● **EXERCISE DESCRIPTION**
Only certain lines below are wanted: those starting at the line containing "f 590 287 289" and ending at the line containing "easier to print.", both included, each retyped exactly.

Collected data

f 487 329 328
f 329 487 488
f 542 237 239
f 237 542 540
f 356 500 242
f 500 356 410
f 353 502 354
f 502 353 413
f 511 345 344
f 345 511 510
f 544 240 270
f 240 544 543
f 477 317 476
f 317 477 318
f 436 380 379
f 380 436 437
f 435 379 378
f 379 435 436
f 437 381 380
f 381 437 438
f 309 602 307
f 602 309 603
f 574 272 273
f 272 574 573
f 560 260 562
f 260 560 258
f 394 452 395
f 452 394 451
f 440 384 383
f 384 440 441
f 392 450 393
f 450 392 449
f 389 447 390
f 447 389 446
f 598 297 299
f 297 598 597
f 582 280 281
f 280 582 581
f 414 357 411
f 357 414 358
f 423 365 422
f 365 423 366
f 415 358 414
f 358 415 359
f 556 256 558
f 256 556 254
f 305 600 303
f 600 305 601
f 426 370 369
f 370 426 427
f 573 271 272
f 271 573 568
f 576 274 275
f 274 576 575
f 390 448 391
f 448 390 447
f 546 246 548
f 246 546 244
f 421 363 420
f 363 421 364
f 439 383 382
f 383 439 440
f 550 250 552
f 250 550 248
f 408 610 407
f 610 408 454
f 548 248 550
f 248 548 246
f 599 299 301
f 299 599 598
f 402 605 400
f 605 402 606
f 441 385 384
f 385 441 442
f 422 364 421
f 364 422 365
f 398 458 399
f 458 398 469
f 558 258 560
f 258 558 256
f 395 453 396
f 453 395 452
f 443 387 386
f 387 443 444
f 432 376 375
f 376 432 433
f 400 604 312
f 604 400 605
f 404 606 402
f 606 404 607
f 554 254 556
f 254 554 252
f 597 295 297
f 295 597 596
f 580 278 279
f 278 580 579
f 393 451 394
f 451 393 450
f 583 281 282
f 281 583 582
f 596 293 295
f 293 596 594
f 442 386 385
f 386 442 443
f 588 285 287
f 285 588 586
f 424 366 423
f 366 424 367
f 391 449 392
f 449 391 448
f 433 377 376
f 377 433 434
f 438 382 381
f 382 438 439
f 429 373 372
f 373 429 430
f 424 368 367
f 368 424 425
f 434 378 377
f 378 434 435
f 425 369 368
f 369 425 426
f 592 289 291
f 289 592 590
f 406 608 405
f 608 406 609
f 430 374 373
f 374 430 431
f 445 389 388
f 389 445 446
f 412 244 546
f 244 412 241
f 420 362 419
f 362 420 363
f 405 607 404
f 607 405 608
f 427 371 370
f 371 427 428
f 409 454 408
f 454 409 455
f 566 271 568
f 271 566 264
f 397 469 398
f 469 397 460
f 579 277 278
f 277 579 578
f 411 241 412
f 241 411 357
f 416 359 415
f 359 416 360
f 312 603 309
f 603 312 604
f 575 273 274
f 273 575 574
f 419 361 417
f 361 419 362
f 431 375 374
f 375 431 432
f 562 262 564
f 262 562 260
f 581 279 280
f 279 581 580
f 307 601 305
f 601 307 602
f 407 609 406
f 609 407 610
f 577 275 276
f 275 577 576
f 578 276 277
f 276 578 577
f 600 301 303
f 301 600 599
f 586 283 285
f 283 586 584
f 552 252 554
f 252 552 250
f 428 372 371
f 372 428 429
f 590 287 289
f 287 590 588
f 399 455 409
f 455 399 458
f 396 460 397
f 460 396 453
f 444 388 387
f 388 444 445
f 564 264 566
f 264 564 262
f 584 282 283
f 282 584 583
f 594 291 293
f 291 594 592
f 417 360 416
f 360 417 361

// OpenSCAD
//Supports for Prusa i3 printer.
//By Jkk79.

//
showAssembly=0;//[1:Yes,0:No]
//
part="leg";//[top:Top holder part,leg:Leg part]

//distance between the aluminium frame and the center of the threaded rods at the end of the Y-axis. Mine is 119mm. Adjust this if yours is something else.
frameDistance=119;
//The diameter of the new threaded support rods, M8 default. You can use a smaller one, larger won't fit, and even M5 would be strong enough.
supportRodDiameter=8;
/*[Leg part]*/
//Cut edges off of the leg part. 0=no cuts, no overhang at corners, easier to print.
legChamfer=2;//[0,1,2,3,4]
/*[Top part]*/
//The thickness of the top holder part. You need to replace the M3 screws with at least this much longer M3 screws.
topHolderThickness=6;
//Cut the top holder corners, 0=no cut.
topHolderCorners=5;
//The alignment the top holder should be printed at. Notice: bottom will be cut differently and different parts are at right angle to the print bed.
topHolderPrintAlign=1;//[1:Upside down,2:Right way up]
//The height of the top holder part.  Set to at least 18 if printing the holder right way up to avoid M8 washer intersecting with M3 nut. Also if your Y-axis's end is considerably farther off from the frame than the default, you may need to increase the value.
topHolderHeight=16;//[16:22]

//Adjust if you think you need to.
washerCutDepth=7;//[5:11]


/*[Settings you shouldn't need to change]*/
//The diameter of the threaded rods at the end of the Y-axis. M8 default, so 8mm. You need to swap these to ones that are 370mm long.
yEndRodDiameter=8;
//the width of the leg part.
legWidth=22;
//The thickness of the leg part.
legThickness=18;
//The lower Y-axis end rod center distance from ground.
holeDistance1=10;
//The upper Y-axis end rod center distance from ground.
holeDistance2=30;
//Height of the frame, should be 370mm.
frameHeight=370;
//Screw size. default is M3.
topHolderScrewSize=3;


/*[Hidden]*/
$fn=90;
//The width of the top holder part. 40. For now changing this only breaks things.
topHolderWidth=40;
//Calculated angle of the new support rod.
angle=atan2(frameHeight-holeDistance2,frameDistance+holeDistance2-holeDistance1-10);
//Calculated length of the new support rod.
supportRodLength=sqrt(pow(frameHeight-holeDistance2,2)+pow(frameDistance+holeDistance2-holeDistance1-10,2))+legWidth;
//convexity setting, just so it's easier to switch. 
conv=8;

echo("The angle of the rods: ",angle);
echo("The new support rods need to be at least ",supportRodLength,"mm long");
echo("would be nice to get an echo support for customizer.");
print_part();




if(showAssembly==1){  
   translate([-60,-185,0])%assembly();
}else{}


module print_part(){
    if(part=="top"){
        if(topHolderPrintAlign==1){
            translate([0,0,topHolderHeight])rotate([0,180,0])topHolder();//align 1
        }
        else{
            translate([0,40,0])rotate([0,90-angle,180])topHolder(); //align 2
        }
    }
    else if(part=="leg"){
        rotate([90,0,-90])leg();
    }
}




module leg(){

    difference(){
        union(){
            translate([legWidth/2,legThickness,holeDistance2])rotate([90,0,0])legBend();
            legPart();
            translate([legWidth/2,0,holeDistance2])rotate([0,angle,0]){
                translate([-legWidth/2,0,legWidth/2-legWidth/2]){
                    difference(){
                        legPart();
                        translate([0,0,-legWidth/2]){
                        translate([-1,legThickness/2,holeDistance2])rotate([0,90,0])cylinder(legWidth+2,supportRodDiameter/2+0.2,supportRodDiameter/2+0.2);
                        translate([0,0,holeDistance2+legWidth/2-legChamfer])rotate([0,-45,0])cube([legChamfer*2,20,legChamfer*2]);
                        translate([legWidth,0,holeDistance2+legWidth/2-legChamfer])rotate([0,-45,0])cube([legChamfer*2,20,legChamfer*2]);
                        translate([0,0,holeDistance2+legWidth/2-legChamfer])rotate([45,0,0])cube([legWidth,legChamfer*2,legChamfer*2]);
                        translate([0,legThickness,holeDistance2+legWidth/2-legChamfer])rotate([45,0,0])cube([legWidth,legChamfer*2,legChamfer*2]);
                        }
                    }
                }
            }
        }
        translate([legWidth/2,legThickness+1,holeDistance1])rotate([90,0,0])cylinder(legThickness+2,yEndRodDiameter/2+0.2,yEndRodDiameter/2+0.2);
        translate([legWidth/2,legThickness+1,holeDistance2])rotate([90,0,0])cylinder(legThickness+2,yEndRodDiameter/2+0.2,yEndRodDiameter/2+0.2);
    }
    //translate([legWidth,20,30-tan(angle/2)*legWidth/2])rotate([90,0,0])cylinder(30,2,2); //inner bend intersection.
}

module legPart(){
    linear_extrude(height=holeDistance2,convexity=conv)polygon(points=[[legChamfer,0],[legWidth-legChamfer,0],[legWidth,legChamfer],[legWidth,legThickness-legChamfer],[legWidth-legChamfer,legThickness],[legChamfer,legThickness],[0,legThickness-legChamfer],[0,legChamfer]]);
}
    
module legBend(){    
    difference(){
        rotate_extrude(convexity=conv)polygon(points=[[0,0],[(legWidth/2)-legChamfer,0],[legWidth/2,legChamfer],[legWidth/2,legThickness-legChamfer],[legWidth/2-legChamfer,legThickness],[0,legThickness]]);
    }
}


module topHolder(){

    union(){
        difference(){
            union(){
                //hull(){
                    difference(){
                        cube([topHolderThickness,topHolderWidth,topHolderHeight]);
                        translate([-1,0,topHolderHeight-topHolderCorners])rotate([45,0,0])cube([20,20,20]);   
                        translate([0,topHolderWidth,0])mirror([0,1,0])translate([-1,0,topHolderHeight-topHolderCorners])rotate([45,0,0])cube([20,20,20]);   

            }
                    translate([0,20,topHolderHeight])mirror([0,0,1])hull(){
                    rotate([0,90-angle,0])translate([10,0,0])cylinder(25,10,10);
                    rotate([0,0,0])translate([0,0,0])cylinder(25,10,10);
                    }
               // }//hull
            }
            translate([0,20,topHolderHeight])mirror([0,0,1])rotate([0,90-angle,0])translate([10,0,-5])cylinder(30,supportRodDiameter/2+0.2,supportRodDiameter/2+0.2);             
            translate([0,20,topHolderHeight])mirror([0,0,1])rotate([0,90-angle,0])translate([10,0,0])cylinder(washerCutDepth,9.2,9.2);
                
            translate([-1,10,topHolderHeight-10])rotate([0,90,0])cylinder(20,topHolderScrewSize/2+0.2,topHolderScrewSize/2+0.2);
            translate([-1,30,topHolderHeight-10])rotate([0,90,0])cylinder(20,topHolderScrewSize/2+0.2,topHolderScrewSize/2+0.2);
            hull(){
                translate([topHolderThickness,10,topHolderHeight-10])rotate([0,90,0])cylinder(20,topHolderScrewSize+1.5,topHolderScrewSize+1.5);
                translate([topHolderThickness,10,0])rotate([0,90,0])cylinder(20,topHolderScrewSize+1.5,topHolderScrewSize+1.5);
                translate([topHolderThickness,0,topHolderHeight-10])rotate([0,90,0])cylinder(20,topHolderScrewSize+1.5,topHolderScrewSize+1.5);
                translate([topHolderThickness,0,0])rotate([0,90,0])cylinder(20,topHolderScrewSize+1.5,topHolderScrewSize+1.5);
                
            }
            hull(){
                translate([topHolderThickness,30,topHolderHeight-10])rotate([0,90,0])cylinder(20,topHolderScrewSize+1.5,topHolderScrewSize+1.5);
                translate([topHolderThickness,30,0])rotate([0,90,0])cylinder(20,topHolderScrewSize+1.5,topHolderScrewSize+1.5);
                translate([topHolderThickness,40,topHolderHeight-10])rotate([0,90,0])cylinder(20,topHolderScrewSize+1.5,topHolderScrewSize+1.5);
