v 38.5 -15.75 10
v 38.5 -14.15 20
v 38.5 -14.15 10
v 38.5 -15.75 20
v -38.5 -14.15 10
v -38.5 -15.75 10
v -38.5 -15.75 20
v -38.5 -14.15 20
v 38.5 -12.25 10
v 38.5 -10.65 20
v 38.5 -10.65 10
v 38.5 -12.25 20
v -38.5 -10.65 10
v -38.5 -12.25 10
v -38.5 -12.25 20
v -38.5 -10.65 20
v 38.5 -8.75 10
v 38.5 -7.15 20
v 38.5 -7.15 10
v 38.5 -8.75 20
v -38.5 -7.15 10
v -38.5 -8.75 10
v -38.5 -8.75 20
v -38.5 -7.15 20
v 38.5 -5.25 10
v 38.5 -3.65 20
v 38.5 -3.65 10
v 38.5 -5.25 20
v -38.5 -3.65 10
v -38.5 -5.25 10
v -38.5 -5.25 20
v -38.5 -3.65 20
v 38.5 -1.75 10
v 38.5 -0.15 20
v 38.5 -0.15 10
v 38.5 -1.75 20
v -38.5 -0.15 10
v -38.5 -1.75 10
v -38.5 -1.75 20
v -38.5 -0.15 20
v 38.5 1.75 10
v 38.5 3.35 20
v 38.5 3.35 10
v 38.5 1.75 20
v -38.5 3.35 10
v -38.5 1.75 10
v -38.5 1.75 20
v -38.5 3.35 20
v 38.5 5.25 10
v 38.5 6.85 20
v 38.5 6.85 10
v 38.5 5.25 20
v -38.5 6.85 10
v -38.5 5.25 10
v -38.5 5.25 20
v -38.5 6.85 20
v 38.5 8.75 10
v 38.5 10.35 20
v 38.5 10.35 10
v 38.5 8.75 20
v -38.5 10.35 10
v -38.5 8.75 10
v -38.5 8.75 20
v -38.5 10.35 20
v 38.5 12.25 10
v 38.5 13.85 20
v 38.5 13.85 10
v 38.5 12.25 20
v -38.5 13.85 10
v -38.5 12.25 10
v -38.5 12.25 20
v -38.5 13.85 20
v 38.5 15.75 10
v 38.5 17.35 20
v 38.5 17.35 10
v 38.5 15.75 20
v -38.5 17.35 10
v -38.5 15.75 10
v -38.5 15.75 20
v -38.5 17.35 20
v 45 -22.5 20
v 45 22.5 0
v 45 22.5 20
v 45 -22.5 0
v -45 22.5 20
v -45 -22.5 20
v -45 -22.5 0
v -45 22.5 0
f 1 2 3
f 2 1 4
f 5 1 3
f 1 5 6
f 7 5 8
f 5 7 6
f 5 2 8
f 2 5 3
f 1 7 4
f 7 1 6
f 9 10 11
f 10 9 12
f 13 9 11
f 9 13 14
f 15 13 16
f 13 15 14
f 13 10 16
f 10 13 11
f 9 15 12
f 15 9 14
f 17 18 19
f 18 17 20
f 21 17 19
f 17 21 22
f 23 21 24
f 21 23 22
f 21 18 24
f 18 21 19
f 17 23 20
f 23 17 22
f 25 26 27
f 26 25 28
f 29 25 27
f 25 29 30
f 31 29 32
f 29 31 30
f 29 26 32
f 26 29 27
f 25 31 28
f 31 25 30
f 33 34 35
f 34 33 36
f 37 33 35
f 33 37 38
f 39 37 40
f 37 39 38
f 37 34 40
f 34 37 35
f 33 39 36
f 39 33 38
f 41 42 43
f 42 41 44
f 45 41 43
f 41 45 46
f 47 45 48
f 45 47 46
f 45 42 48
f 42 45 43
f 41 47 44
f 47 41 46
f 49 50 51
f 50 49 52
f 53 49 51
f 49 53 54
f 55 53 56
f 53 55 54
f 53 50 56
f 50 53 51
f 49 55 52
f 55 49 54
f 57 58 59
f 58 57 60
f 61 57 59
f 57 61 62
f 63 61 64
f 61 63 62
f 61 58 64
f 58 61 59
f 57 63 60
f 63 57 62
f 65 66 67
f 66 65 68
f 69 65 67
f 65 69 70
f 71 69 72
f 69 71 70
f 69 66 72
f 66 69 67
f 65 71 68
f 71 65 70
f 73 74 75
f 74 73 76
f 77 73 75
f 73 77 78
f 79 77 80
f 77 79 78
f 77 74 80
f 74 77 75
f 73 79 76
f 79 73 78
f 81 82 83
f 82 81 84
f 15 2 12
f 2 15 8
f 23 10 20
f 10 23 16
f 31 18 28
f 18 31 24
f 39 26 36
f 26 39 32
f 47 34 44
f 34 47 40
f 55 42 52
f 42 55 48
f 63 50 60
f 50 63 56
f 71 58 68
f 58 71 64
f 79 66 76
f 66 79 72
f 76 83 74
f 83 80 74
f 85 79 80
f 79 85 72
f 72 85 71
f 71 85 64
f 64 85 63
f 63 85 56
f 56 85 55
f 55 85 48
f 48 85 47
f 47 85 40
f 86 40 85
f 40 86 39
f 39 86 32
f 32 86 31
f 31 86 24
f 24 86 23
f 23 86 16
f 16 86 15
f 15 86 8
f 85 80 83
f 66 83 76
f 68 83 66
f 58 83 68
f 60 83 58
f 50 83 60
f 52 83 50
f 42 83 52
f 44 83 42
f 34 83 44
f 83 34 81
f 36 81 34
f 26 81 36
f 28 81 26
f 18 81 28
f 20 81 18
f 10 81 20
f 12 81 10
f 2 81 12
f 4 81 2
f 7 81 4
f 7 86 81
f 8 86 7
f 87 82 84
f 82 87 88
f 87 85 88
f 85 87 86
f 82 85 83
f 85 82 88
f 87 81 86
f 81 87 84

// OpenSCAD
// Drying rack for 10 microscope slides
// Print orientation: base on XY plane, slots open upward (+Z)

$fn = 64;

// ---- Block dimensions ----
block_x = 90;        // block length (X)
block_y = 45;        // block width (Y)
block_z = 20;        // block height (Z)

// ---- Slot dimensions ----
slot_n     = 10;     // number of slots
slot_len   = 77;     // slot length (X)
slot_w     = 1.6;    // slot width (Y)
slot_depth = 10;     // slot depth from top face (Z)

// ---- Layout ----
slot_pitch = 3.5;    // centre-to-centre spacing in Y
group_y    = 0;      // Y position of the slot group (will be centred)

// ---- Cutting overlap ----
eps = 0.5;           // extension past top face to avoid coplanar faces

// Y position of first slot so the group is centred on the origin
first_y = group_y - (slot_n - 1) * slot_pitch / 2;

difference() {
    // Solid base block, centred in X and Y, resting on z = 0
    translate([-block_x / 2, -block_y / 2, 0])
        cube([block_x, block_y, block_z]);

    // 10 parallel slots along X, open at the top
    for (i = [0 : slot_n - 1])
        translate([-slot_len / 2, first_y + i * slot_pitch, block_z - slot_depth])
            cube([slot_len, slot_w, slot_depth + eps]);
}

...

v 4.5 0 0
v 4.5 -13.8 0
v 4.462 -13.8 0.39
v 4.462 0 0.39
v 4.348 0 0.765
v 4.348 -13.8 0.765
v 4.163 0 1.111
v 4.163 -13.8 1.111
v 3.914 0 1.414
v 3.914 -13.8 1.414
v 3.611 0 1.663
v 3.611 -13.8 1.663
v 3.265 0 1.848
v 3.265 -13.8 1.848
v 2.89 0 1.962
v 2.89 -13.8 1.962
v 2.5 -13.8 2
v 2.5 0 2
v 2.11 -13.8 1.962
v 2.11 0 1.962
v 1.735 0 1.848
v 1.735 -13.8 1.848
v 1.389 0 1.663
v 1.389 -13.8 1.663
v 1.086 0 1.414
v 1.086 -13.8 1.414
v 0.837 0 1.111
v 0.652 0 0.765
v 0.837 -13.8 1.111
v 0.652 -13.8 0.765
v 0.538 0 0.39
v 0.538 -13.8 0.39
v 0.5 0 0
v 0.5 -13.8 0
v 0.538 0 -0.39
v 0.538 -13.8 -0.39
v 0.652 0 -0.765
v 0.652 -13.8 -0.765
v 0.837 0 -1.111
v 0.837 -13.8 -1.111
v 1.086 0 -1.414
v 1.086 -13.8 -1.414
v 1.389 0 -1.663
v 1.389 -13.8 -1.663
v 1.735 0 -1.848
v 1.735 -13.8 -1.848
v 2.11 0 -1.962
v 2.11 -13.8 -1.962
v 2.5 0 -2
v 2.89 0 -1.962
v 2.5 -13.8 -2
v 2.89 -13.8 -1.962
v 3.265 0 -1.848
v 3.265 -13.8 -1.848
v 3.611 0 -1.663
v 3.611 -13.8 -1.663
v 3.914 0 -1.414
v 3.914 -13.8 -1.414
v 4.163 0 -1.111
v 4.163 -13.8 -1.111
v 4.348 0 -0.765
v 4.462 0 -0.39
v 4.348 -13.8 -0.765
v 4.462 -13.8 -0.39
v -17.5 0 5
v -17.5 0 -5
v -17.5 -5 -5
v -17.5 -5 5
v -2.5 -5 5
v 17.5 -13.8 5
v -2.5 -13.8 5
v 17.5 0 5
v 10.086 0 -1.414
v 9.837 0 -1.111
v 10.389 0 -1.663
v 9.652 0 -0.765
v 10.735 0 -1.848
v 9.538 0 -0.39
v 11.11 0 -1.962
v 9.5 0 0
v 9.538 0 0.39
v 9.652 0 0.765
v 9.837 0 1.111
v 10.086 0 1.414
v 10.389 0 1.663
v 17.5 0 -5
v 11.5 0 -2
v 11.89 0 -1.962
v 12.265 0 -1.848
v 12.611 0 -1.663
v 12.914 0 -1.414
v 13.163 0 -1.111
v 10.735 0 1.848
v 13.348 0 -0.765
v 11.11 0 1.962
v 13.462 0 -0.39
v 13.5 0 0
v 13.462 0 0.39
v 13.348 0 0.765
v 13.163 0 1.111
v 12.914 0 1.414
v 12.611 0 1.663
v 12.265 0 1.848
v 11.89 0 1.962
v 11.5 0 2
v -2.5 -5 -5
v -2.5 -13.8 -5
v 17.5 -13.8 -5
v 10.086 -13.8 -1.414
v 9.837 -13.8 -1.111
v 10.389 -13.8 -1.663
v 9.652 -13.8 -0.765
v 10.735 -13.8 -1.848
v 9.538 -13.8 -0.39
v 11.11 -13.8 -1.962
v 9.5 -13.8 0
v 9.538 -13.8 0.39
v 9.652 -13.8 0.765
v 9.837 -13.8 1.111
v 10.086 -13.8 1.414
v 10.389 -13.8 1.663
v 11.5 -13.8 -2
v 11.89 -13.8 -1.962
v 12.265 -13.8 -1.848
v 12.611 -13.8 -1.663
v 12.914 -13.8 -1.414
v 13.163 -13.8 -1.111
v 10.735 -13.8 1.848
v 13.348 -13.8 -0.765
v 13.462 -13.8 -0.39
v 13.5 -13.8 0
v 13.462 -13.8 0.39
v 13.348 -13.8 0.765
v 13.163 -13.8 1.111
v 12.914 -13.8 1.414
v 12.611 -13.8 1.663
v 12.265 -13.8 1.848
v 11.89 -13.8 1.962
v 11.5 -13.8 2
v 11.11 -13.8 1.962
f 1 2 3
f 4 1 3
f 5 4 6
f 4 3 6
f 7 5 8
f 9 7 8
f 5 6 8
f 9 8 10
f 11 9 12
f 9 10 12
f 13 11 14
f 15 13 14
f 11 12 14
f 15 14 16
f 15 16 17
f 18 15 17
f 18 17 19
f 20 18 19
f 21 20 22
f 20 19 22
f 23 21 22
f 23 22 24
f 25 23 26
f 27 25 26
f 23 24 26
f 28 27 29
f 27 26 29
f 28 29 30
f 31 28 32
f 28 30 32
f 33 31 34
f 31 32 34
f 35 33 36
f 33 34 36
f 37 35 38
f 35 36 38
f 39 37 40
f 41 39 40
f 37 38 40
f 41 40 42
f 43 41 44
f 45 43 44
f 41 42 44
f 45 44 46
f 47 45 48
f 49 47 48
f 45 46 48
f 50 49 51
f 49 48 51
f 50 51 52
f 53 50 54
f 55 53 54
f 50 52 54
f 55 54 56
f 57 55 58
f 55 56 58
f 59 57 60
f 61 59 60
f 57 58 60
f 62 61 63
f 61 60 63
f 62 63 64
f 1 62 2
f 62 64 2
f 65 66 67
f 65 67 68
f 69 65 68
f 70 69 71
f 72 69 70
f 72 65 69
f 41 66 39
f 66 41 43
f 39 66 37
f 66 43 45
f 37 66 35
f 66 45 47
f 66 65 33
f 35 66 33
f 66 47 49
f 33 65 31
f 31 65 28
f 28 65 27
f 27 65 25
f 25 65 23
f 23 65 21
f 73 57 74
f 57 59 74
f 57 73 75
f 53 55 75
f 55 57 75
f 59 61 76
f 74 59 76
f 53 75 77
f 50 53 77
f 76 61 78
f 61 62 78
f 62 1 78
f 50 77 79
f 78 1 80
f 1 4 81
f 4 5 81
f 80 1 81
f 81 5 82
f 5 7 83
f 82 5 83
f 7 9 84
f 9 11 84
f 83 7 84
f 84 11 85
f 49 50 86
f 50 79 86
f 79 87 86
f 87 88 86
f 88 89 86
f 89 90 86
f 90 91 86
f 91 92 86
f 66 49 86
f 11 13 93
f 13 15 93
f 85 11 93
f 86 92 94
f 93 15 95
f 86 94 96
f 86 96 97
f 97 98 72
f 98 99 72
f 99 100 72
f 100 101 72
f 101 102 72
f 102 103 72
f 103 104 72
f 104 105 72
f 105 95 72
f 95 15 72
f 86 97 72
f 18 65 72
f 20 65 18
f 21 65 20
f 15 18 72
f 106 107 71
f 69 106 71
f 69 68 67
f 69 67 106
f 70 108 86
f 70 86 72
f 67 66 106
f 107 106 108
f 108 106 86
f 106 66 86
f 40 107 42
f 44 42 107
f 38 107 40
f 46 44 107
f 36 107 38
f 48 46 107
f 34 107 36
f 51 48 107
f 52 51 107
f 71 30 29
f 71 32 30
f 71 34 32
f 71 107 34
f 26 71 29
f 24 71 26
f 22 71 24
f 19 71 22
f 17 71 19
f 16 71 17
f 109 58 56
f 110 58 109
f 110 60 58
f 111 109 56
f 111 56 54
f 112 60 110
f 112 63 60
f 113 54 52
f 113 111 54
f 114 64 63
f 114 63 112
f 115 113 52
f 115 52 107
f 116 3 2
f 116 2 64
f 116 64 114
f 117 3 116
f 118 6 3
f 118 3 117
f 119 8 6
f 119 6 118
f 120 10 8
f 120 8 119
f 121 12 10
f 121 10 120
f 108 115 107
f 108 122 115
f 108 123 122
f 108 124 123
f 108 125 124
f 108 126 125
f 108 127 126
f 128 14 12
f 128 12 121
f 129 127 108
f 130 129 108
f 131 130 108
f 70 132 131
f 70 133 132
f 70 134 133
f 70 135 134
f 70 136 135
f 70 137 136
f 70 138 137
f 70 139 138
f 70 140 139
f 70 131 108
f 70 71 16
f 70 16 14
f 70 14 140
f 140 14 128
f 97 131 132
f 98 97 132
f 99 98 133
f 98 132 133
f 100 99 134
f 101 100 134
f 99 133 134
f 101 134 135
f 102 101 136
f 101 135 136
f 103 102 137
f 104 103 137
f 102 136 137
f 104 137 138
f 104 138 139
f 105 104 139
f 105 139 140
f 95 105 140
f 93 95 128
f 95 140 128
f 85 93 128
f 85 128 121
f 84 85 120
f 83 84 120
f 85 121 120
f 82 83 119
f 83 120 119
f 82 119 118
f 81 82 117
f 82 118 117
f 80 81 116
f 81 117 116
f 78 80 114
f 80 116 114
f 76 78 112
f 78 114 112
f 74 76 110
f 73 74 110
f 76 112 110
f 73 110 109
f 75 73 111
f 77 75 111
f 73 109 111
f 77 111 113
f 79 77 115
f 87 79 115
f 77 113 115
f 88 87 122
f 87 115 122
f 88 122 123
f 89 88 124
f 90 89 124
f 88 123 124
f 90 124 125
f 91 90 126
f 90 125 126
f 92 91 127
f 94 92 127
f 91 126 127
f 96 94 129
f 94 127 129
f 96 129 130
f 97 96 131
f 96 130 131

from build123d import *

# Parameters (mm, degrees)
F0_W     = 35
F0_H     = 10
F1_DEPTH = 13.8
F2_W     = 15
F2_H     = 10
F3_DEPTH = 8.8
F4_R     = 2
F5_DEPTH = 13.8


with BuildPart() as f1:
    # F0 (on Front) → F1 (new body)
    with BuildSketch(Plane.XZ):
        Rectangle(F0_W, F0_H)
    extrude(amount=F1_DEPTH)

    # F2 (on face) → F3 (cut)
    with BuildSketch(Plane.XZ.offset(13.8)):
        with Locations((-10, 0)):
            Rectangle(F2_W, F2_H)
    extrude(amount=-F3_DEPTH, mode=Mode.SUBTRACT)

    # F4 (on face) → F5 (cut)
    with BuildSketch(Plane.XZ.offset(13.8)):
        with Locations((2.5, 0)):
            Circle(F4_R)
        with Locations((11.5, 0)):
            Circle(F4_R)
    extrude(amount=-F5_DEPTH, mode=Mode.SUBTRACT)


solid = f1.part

● **TASK RESULT**
f 590 287 289
f 287 590 588
f 399 455 409
f 455 399 458
f 396 460 397
f 460 396 453
f 444 388 387
f 388 444 445
f 564 264 566
f 264 564 262
f 584 282 283
f 282 584 583
f 594 291 293
f 291 594 592
f 417 360 416
f 360 417 361

// OpenSCAD
//Supports for Prusa i3 printer.
//By Jkk79.

//
showAssembly=0;//[1:Yes,0:No]
//
part="leg";//[top:Top holder part,leg:Leg part]

//distance between the aluminium frame and the center of the threaded rods at the end of the Y-axis. Mine is 119mm. Adjust this if yours is something else.
frameDistance=119;
//The diameter of the new threaded support rods, M8 default. You can use a smaller one, larger won't fit, and even M5 would be strong enough.
supportRodDiameter=8;
/*[Leg part]*/
//Cut edges off of the leg part. 0=no cuts, no overhang at corners, easier to print.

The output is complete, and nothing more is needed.